Earlier this summer, the Obama administration dealt a blow to Standard-Essential Patent (SEP) holders by reversing an International Trade Commission (ITC) exclusion order granted in favor of an SEP holder. (To view the letter from Michael B.G. Froman, Ambassador, to Irving A. Williamson, Chairman of the International Trade Commission  (Aug. 3, 2013) click here.) This action reversed a ruling in the ITC proceedings between Apple and Samsung that prohibited companies from importing Apple devices into the United States that infringed a SEP owned by Samsung. The Obama administration's decision reinforces a growing trend in favor of denying injunctive relief to SEP holders that agree to license SEPs on Fair, Reasonable, And Non-Discriminatory (FRAND) terms. 

This action was the first time a president reversed an exclusion order since Ronald Reagan did so in 1987. In its communication reversing the ITC, the Obama administration stressed the danger of granting exclusion orders against products infringing SEPs since it could create a high risk of patent hold-up. Patent hold-ups occur when a party is forced into using SEP technology due to its widespread use, and the SEP holder wields the threat of an injunction to pressure parties into paying a higher royalty for the SEP than could have been demanded before the technology was declared standard-essential. What a licensee may try to cast as a "hold-up," the SEP owner may instead characterize as an unreasonable licensee refusing to negotiate or pay royalties on FRAND terms.

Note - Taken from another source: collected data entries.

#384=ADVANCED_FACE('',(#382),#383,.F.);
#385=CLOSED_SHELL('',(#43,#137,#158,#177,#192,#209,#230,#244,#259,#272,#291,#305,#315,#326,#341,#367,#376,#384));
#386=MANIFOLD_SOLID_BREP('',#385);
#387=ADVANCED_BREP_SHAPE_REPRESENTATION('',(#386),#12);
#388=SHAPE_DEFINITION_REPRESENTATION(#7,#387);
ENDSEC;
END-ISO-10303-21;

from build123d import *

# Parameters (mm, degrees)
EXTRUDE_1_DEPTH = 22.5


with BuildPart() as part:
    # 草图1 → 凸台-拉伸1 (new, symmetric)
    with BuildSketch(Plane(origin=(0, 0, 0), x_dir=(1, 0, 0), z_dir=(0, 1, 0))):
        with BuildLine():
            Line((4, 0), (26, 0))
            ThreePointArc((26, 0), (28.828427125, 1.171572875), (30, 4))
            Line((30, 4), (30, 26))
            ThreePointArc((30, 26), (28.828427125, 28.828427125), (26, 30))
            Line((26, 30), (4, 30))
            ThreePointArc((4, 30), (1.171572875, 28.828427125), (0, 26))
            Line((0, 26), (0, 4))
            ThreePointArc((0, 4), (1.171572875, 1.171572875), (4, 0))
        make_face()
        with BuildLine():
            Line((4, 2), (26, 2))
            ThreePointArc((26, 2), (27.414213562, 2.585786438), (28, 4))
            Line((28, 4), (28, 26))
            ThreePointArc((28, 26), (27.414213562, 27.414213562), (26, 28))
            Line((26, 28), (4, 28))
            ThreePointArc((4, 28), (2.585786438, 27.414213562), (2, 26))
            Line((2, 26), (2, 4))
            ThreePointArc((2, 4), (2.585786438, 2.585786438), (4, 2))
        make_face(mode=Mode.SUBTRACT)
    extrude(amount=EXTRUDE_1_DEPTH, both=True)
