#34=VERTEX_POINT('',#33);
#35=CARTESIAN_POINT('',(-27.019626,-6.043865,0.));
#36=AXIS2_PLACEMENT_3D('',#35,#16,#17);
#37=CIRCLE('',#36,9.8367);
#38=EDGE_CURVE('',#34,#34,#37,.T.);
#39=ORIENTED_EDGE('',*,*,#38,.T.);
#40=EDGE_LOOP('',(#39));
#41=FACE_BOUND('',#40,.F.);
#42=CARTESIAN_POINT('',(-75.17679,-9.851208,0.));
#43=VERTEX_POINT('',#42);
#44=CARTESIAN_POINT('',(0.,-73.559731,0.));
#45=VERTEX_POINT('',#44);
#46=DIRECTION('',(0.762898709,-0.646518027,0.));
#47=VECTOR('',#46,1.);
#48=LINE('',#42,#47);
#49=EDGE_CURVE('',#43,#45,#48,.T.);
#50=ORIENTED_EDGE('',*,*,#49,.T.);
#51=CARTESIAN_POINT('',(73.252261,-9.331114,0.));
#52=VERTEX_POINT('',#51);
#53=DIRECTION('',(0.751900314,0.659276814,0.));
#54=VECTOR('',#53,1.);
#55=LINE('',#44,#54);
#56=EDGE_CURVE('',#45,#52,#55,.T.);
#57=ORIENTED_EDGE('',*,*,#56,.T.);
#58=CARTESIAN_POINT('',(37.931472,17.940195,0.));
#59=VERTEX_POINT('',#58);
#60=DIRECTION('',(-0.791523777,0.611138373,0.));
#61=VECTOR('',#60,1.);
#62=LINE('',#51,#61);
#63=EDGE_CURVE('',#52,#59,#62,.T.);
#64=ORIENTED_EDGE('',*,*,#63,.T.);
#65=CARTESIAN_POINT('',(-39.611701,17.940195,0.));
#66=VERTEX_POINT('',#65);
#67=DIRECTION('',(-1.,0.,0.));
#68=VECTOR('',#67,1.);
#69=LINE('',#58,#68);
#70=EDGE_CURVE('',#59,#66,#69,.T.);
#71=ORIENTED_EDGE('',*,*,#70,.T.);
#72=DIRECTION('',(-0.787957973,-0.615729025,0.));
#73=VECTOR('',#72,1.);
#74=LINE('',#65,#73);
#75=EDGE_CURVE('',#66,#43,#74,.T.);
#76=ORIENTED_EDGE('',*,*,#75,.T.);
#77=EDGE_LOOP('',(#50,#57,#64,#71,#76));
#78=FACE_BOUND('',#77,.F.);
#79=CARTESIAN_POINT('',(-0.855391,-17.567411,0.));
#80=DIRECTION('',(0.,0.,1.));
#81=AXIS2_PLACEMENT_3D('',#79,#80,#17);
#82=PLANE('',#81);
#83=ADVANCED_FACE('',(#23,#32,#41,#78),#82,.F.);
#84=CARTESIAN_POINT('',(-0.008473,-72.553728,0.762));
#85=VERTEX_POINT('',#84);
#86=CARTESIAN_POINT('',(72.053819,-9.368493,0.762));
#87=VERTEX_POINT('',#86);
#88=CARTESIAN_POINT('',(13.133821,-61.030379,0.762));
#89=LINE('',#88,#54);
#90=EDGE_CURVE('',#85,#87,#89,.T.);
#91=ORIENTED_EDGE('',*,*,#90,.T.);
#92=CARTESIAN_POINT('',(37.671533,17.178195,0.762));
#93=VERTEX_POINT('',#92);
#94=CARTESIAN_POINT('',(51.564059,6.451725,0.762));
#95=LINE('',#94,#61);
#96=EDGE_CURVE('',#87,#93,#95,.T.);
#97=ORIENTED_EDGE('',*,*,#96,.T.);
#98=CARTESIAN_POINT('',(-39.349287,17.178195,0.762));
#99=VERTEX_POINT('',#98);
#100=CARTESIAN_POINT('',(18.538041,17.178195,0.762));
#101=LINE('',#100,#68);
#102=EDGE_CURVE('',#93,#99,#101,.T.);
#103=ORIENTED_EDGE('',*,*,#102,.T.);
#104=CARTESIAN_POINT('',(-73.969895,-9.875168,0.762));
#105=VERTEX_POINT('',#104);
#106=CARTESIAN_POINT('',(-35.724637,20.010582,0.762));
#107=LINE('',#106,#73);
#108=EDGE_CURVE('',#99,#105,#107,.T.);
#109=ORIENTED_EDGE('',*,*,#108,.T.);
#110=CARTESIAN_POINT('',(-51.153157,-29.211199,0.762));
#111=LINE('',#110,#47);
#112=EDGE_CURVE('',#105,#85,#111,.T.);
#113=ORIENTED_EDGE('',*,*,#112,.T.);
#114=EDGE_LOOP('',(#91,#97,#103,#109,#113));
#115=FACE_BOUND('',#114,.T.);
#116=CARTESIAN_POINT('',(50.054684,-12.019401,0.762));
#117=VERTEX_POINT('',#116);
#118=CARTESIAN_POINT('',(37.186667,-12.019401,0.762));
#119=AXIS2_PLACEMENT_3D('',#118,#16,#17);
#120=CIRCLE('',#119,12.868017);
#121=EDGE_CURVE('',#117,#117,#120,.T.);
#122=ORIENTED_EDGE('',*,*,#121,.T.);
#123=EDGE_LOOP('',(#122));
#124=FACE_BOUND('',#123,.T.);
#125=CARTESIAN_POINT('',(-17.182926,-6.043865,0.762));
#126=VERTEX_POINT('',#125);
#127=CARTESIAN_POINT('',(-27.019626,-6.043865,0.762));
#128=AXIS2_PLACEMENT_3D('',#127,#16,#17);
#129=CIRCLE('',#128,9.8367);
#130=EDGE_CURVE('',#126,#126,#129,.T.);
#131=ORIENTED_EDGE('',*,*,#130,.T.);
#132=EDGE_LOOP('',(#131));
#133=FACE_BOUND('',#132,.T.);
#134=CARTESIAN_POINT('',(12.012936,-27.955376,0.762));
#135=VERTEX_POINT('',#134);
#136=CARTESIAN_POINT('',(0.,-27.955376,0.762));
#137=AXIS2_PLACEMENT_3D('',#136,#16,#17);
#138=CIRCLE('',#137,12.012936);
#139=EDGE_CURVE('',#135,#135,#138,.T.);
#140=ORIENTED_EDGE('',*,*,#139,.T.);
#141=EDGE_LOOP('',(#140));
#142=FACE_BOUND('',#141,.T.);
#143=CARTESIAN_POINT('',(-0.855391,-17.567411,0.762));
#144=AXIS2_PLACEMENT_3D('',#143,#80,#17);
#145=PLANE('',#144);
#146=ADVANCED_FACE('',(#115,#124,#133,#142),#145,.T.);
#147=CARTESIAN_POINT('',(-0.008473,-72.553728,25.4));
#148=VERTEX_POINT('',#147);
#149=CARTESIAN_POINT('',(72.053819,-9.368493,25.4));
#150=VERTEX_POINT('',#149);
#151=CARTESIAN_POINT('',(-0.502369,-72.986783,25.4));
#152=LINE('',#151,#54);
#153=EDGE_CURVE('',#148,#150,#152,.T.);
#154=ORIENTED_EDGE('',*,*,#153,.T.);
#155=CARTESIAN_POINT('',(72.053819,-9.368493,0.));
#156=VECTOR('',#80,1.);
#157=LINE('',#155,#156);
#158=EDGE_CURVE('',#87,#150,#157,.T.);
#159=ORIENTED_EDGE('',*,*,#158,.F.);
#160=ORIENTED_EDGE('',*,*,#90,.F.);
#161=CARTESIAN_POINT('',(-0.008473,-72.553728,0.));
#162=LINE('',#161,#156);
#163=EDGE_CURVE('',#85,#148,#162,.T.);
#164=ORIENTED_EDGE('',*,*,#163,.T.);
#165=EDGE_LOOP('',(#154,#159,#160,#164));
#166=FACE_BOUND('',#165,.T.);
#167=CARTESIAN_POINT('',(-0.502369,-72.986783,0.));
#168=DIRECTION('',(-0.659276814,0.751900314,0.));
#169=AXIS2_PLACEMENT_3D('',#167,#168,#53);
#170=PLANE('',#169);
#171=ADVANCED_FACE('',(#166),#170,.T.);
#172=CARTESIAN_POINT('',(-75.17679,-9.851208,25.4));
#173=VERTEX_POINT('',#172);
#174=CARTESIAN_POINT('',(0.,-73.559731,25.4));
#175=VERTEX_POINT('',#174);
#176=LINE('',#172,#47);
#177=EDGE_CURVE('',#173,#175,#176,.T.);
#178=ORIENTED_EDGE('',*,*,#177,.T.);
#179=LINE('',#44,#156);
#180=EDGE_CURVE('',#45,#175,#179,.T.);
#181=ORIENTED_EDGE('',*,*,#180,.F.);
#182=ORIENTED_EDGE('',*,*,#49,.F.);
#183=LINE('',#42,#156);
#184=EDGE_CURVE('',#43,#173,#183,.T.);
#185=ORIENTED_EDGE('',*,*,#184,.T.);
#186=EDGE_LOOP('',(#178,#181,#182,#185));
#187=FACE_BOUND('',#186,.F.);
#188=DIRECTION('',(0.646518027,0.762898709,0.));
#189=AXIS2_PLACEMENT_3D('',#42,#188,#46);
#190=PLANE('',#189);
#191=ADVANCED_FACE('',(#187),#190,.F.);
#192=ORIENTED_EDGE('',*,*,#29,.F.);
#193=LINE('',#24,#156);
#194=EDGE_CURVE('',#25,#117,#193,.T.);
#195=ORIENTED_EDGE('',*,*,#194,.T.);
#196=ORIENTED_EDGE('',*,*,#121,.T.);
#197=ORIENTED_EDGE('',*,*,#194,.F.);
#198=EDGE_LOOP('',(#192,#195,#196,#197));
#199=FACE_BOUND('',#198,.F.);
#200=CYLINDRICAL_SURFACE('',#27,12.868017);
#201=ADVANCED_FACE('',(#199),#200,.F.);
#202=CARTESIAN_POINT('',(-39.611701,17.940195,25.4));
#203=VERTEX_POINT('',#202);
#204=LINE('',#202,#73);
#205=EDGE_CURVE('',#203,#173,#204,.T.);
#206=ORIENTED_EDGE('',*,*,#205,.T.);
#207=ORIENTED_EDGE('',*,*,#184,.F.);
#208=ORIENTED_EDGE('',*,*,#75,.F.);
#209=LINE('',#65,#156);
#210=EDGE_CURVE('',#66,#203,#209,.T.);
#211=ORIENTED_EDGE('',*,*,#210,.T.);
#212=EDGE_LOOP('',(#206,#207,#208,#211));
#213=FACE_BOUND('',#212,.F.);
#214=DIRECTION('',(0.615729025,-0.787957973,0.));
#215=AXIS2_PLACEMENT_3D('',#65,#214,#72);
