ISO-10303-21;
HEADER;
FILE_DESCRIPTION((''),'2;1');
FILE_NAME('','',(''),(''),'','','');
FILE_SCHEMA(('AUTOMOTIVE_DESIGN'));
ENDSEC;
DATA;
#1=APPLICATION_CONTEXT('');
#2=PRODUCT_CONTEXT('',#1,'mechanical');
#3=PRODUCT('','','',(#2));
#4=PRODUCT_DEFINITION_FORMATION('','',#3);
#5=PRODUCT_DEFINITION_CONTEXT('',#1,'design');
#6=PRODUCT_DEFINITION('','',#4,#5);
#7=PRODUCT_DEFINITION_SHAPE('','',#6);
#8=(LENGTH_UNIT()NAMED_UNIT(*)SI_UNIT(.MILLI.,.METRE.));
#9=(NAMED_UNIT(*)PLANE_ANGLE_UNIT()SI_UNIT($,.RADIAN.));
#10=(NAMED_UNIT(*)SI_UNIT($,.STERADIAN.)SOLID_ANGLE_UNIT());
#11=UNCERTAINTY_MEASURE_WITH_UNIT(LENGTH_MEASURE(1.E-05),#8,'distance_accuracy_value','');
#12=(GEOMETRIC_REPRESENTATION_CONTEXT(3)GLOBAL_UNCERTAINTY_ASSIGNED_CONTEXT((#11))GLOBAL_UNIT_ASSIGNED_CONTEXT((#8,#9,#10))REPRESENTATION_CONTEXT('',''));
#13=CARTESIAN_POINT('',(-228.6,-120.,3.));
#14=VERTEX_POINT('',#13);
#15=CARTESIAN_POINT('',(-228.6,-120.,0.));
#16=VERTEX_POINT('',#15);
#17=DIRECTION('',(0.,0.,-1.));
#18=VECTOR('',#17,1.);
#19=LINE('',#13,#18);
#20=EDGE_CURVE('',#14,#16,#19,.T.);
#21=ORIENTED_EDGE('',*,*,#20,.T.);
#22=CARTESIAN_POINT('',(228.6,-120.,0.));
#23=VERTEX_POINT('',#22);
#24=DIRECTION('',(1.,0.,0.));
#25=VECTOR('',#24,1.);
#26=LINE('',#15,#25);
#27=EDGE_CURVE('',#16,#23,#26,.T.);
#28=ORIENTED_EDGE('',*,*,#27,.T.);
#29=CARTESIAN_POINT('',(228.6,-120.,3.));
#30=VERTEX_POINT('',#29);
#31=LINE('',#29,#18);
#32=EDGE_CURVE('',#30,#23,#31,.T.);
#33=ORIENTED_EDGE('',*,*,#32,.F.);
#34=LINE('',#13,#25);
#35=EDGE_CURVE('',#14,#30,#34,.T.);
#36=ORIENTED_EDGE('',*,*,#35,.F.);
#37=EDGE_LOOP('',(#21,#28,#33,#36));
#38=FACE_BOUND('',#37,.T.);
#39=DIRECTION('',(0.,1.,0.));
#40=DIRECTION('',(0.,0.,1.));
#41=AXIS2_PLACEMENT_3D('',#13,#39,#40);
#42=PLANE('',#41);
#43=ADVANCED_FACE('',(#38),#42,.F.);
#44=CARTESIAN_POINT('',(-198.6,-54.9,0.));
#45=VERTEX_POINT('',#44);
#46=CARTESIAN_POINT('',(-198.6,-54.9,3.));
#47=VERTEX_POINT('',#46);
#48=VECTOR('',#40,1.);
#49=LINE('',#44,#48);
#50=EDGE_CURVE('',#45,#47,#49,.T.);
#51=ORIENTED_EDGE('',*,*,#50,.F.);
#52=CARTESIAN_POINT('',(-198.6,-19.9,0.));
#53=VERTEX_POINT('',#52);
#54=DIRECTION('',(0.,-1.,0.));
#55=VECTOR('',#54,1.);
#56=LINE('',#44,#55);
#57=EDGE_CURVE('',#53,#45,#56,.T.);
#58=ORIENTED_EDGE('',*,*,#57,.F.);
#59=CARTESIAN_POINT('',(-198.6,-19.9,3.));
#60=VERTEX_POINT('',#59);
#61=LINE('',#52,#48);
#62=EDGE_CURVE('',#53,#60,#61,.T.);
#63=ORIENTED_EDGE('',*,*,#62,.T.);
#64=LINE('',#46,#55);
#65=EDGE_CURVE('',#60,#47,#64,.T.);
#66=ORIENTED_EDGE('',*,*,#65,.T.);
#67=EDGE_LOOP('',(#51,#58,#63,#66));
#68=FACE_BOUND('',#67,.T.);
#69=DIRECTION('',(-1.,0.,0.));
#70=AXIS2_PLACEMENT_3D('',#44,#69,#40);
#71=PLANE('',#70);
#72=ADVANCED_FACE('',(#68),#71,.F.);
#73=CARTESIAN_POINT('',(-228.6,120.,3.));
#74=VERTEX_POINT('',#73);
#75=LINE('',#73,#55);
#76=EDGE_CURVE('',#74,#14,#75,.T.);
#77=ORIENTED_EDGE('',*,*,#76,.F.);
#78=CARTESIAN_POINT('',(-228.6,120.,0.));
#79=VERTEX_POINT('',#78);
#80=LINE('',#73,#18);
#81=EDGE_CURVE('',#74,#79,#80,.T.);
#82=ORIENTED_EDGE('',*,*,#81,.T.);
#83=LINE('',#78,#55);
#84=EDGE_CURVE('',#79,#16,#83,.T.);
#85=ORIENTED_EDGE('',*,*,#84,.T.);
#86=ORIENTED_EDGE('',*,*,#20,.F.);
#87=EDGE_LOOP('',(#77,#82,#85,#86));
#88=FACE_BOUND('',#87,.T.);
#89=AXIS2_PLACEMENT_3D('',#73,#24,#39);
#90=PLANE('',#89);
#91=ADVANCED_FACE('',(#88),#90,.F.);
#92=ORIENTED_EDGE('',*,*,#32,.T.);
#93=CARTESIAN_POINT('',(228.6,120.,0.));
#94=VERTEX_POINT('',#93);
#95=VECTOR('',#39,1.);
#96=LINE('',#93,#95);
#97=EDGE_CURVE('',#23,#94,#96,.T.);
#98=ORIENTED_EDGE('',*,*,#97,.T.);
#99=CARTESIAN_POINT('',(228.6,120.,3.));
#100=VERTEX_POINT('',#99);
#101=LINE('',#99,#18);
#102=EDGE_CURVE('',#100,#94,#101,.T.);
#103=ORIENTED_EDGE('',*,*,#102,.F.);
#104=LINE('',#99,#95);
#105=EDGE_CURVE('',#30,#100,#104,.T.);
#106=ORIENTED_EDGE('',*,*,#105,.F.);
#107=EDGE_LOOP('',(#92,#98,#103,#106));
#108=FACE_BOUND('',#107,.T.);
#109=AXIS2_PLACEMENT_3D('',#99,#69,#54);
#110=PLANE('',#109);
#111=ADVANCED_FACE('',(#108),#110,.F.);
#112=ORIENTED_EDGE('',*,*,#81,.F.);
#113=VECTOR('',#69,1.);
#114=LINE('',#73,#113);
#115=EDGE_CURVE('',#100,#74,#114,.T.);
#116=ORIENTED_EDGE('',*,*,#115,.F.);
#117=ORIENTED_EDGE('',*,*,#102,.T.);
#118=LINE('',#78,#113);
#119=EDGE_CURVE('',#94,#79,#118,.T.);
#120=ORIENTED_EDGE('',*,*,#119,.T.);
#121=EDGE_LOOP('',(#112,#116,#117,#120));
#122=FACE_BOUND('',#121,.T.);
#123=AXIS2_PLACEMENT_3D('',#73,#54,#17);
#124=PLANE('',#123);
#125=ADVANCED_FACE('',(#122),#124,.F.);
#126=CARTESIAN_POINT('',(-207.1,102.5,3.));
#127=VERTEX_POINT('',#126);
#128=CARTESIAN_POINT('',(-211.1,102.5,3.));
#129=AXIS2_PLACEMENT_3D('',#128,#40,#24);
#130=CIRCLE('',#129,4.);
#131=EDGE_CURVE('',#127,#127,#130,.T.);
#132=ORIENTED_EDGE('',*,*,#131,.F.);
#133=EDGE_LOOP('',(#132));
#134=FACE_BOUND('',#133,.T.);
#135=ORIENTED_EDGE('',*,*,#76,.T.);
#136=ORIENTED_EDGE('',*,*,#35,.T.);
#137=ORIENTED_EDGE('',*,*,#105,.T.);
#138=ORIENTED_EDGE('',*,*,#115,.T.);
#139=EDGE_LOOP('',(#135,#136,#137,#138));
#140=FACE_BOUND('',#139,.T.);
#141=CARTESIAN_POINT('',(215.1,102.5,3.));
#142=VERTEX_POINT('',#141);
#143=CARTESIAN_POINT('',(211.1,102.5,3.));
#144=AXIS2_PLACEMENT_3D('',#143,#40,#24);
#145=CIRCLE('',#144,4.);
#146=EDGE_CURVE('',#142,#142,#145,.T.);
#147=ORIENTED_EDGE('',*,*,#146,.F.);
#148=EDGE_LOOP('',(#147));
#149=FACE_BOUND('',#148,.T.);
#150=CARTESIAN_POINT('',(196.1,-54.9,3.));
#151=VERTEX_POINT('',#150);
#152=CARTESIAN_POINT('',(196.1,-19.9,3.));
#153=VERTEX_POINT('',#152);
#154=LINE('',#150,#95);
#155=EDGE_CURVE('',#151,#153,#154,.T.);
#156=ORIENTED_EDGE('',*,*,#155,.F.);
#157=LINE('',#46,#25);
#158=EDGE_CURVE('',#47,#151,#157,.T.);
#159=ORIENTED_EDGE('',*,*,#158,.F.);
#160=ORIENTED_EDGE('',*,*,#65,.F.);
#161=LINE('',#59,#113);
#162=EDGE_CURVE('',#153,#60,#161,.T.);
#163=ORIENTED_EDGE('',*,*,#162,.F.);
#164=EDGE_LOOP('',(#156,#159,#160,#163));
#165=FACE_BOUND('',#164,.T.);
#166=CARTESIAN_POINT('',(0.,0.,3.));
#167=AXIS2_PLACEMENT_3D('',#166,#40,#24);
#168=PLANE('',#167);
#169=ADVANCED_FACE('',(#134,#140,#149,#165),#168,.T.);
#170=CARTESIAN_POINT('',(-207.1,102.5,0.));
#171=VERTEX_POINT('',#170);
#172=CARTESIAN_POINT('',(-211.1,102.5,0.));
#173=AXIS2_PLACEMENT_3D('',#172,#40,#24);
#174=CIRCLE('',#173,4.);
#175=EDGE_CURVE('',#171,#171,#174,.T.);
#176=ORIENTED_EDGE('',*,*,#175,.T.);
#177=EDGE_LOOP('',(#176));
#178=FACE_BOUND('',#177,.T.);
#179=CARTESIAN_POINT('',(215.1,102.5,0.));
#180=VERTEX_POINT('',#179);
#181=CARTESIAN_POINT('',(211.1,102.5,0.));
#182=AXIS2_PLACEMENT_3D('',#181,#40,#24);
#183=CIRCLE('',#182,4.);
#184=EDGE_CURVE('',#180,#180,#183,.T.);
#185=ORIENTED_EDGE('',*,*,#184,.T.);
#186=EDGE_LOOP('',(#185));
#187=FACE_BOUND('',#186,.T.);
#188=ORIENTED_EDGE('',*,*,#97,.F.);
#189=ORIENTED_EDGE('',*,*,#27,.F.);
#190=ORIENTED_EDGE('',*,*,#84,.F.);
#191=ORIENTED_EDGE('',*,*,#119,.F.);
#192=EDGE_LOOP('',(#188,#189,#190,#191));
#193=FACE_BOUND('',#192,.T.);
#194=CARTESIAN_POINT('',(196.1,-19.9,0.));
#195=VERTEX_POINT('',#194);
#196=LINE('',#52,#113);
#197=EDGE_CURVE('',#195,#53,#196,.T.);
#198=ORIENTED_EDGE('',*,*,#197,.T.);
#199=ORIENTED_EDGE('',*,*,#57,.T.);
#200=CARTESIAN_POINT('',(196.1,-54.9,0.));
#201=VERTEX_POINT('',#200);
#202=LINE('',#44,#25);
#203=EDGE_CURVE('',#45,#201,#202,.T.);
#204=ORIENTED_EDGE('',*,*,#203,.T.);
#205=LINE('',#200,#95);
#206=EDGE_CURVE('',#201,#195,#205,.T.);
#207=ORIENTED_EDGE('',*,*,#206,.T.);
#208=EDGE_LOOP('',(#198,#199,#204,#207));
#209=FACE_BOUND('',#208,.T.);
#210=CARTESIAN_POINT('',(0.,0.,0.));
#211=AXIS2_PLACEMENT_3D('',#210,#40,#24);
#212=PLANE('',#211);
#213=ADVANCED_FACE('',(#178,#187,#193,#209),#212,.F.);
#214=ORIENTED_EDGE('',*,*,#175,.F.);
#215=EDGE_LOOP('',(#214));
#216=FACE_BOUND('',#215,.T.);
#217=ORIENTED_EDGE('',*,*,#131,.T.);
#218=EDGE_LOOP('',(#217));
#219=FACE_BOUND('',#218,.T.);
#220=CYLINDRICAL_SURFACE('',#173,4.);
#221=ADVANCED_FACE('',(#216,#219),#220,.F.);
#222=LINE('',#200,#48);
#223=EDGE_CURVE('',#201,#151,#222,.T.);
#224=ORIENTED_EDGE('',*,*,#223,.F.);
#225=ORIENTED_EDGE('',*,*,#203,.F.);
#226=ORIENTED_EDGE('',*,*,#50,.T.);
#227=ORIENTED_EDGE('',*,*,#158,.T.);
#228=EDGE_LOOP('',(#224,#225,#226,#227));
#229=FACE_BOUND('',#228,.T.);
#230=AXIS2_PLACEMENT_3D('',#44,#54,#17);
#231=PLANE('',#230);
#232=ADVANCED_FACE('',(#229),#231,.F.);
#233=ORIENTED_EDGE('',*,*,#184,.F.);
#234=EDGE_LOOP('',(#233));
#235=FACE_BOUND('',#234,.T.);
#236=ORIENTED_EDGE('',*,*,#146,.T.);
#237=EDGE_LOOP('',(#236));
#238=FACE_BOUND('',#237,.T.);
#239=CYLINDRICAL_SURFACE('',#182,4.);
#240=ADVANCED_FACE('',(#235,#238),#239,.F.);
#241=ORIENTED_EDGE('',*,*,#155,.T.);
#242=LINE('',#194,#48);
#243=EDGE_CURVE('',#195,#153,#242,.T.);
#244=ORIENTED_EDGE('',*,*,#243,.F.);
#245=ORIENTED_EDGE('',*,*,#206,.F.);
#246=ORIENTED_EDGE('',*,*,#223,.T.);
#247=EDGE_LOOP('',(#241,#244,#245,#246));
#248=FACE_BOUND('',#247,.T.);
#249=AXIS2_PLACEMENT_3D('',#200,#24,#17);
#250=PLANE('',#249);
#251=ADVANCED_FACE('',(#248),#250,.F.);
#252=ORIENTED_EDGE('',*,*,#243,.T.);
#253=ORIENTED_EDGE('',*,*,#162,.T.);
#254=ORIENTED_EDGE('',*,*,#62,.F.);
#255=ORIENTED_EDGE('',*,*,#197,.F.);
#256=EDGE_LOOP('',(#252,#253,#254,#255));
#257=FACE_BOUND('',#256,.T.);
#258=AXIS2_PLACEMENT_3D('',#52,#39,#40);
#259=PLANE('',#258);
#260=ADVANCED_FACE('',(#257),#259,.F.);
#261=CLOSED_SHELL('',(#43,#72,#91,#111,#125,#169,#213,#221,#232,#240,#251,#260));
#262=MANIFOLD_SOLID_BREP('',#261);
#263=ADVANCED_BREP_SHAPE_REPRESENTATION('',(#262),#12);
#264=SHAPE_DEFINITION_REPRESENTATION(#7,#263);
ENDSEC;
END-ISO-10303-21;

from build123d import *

# Parameters (mm, degrees)
SKETCH1_W           = 457.2
SKETCH1_H           = 240
BOSS_EXTRUDE1_DEPTH = 3
SKETCH2_R           = 4
CUT_EXTRUDE1_DEPTH  = 259.199457784
SKETCH3_W           = 394.7
SKETCH3_H           = 35
CUT_EXTRUDE2_DEPTH  = 259.199457784


with BuildPart() as part:
    # Sketch1 → Boss-Extrude1 (new body)
    with BuildSketch(Plane.XY):
        Rectangle(SKETCH1_W, SKETCH1_H)
    extrude(amount=BOSS_EXTRUDE1_DEPTH)

    # Sketch2 → Cut-Extrude1 (cut, through all)
    with BuildSketch(Plane.XY.offset(3)):
        with Locations((-211.1, 102.5)):
            Circle(SKETCH2_R)
        with Locations((211.1, 102.5)):
            Circle(SKETCH2_R)
    extrude(amount=-CUT_EXTRUDE1_DEPTH, mode=Mode.SUBTRACT)

    # Sketch3 → Cut-Extrude2 (cut, through all)
    with BuildSketch(Plane.XY.offset(3)):
        with Locations((-1.25, -37.4)):
            Rectangle(SKETCH3_W, SKETCH3_H)
    extrude(amount=-CUT_EXTRUDE2_DEPTH, mode=Mode.SUBTRACT)


solid = part.part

Recent decisions in federal courts may be viewed as part of the same trend. Certain relatively recent decisions have been raising the bar on obtaining injunctive relief for patent infringement, including eliminating the presumption of irreparable harm in favor of patent holders. See eBay Inc. v. MercExchange, L.L.C., 547 U.S. 388, 393-94 (2006). In addition, there have been a number of notable federal court decisions denying injunctive relief to parties that had agreed to license their SEPs on FRAND terms. See Microsoft Corp. v. Motorola, Inc., 2:10-cv-01823-JLR, at 12-15 (W.D. Wash. Nov. 29, 2012) (ruling that because Motorola agreed to license its SEPs on FRAND terms, it had no claim for an injunction since it had an adequate remedy at law and did not suffer irreparable harm); Apple, Inc. v. Motorola, Inc., 869 F. Supp. 2d 901, 914 (N.D. Ill. 2012) (denying Motorola injunctive relief against Apple for infringing an SEP that Motorola agreed to license on FRAND terms).

The ITC, however, is not bound by these federal court decisions and may issue injunctive relief in the form of an exclusion order, which prohibits parties from importing an infringing product into the United States. The ITC rarely denies exclusion orders, and ITC procedures give parties a second chance for injunctive relief after failing to receive such relief in federal court. Recent developments in the ITC confirm this reality, except for cases where the patent involved is an SEP that a party commits to license on FRAND terms.

While the Obama administration reversed the ITC's recent decision related to an SEP, it did not entirely preclude the remedy of an exclusion order against products that infringe SEPs. Instead, the administration urged the ITC to undergo a detailed factual finding and rigorous analysis on the possibility of patent hold-ups before issuing any exclusion order against products that infringe an SEP.

Despite these developments, the ITC remains a favorable forum for parties seeking injunctive relief. Shortly after the President's reversal, the ITC issued another exclusion order—this time for Apple and against Samsung products—even though a federal court previously denied Apple injunctive relief. Compare Apple, Inc. v. Samsung Elecs. Co., 11-CV-01846-LHK, at 21-23 (N.D. Cal. Dec. 17, 2012), with In the Matter of Certain Electronic Digital Media Devices and Components Thereof, Inv. No. 337-TA-796 (Aug. 9, 2013). The products at issue did not contain any SEPs, but the fact that the ITC issued Apple an exclusion order six days after the Obama administration reversed its exclusion order against Apple shows that the ITC is not shy about granting exclusion orders, even when injunctive relief is unavailable in federal court. The ITC therefore will continue to provide patent holders another tool to obtain injunctive relief for patent infringement, which in turn will provide them leverage for higher royalties. For patent users, the ITC exposes them to the possibility of higher royalties from patent hold-up that could have been avoided in federal court where injunctive relief might have been unavailable.